Rewterz Threat Update – Microsoft Warns of OAuth Apps Utilized for Automatic BEC and Cryptomining Attacks

Severity

High

Analysis Summary

Microsoft has issued a warning about financially-motivated cybercriminals who are using OAuth applications to launch automated BEC and phishing attacks, send spam, and deploy virtual machines for cryptomining.

Open Authorization (or OAuth) is a commonly used standard to give apps secure access to server resources according to the permissions defined by the user through token-based authentication and authorization without providing any credentials.

Security researchers recently revealed that the threat actors are primarily focusing on user accounts without authentication mechanisms, such as multifactor authentication, and target them with password-spraying or phishing attacks. The attackers also look for permissions to create or modify OAuth apps in these accounts. The compromised accounts are then used to make new OAuth apps with high privileges, which lets them hide malicious activity while ensuring access to the account.

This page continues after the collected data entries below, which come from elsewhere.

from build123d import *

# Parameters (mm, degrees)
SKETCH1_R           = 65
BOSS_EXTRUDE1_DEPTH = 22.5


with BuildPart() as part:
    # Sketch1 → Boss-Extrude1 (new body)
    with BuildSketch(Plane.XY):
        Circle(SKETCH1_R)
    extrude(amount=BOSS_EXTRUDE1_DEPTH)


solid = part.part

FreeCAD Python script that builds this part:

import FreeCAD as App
import Part
import Sketcher

V = App.Vector
Q = App.Units.Quantity

doc = App.newDocument("Part")
params = doc.addObject("Spreadsheet::Sheet", "Params")
for row, (alias, value) in enumerate([
    ("sketch1_diameter", "130 mm"),
    ("pad1_length", "22.5 mm"),
], start=1):
    params.set(f"A{row}", alias)
    params.set(f"B{row}", "=" + value)
    params.setAlias(f"B{row}", alias)

body = doc.addObject("PartDesign::Body", "Body")

sketch1 = body.newObject("Sketcher::SketchObject", "Sketch")
sketch1.AttachmentSupport = (doc.getObject("XY_Plane"), [""])
sketch1.MapMode = "FlatFace"
sketch1.addGeometry(Part.Circle(V(0, 0, 0), V(0, 0, 1), 65), False)
sketch1.addConstraint([
    Sketcher.Constraint("Coincident", 0, 3, -1, 1),
    Sketcher.Constraint("Diameter", 0, Q("130 mm")),
])
sketch1.setExpression("Constraints[1]", "Params.sketch1_diameter")
pad1 = body.newObject("PartDesign::Pad", "Pad")
pad1.Profile = sketch1
pad1.setExpression("Length", "Params.pad1_length")

doc.recompute()
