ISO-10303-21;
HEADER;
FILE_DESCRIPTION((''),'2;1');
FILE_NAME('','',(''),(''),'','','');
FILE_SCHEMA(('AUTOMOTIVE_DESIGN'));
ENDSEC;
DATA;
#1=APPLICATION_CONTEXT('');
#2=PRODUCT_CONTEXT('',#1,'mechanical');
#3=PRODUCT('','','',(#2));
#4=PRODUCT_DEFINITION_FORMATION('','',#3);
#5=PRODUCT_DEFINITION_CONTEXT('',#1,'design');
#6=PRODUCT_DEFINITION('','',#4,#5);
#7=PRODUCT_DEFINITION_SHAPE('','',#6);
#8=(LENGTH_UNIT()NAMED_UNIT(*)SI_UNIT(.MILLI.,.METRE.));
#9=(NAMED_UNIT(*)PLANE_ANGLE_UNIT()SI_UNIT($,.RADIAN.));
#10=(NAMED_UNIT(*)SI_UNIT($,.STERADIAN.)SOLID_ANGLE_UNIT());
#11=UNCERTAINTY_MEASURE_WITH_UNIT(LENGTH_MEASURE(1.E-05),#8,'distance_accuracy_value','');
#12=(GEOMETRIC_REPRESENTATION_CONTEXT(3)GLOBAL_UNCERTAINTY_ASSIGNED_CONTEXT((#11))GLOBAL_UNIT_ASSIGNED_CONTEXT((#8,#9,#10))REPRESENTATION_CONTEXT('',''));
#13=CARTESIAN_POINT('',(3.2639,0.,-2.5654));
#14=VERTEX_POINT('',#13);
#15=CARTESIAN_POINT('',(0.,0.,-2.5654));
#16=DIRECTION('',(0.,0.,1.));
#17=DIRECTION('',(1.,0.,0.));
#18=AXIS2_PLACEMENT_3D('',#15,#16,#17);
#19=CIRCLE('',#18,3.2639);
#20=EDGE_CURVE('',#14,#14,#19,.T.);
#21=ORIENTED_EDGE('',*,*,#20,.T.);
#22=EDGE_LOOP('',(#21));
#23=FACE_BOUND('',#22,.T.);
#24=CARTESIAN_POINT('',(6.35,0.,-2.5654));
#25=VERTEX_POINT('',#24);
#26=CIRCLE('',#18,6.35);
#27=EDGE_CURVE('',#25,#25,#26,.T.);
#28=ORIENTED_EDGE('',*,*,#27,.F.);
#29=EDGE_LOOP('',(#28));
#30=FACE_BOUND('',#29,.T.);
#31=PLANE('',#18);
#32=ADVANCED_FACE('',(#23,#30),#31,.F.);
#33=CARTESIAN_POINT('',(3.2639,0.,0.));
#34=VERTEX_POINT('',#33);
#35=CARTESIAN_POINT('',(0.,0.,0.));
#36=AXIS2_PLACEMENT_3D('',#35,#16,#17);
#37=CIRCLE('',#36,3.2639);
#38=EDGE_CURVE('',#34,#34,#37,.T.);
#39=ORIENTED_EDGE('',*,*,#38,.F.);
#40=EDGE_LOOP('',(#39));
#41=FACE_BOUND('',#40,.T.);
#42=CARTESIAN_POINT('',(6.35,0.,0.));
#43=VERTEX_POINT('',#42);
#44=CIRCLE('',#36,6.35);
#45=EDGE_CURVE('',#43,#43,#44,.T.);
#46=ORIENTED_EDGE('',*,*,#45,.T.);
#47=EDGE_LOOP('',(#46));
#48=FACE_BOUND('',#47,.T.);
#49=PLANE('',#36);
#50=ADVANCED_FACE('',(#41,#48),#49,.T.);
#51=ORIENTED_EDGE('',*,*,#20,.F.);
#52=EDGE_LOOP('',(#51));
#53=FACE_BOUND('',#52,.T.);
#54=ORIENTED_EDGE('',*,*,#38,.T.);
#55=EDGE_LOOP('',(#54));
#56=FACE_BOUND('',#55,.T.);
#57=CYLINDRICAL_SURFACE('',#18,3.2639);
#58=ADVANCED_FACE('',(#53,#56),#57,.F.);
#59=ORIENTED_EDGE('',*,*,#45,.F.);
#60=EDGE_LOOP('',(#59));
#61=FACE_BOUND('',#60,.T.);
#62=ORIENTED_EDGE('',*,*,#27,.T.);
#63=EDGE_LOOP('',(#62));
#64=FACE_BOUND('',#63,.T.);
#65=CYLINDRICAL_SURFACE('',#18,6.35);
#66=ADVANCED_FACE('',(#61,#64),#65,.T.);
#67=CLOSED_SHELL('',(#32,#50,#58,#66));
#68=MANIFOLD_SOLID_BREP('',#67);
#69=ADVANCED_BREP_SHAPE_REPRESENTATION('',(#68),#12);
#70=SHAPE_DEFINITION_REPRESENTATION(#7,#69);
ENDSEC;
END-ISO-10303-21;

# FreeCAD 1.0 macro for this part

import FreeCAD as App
import Part
import Sketcher
from FreeCAD import Vector
Q = App.Units.Quantity

doc = App.newDocument("Part")
body = doc.addObject("PartDesign::Body", "Body")

sketch1 = body.newObject("Sketcher::SketchObject", "Sketch")
sketch1.AttachmentSupport = (doc.getObject("XY_Plane"), [""])
sketch1.MapMode = "FlatFace"
sketch1.addGeometry(Part.Circle(Vector(0, 0, 0), Vector(0, 0, 1), 6.3), False)
sketch1.addGeometry(Part.Circle(Vector(0, 0, 0), Vector(0, 0, 1), 3.3), False)
sketch1.addConstraint(Sketcher.Constraint("Coincident", 0, 3, -1, 1))
sketch1.addConstraint(Sketcher.Constraint("Coincident", 1, 3, -1, 1))
sketch1.addConstraint(Sketcher.Constraint("Diameter", 0, Q("0.5 in")))
sketch1.addConstraint(Sketcher.Constraint("Diameter", 1, Q("0.257 in")))
pad1 = body.newObject("PartDesign::Pad", "Pad")
pad1.Profile = sketch1
pad1.Length = Q("0.101 in")
pad1.Reversed = True

doc.recompute()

The OAuth apps with high privileges perform various illicit activities, like deploying virtual machines for cryptocurrency mining, initiating spam campaigns that abuse the domain names of targeted organizations, and ensuring long-term access in Business Email Compromise (BEC) attacks. A threat actor tracked as Storm-1283 developed an OAuth app to deploy virtual machines for cryptocurrency mining, resulting in a financial loss for targeted organizations ranging from $10,000 to $1.5 million.

An unknown threat actor also exploited OAuth apps that were made using hijacked accounts to achieve persistence and launched phishing attacks by utilizing an adversary-in-the-middle (AiTM) phishing kit. The same attacker used the compromised accounts for conducting Business Email Compromise (BEC) reconnaissance with the help of Microsoft Outlook Web Application (OWA) to look up attachments involving “invoice” and “payment”. There were separate instances of multiple OAuth apps used for persistence, reading emails, adding new credentials, and sending phishing emails with Microsoft Graph API.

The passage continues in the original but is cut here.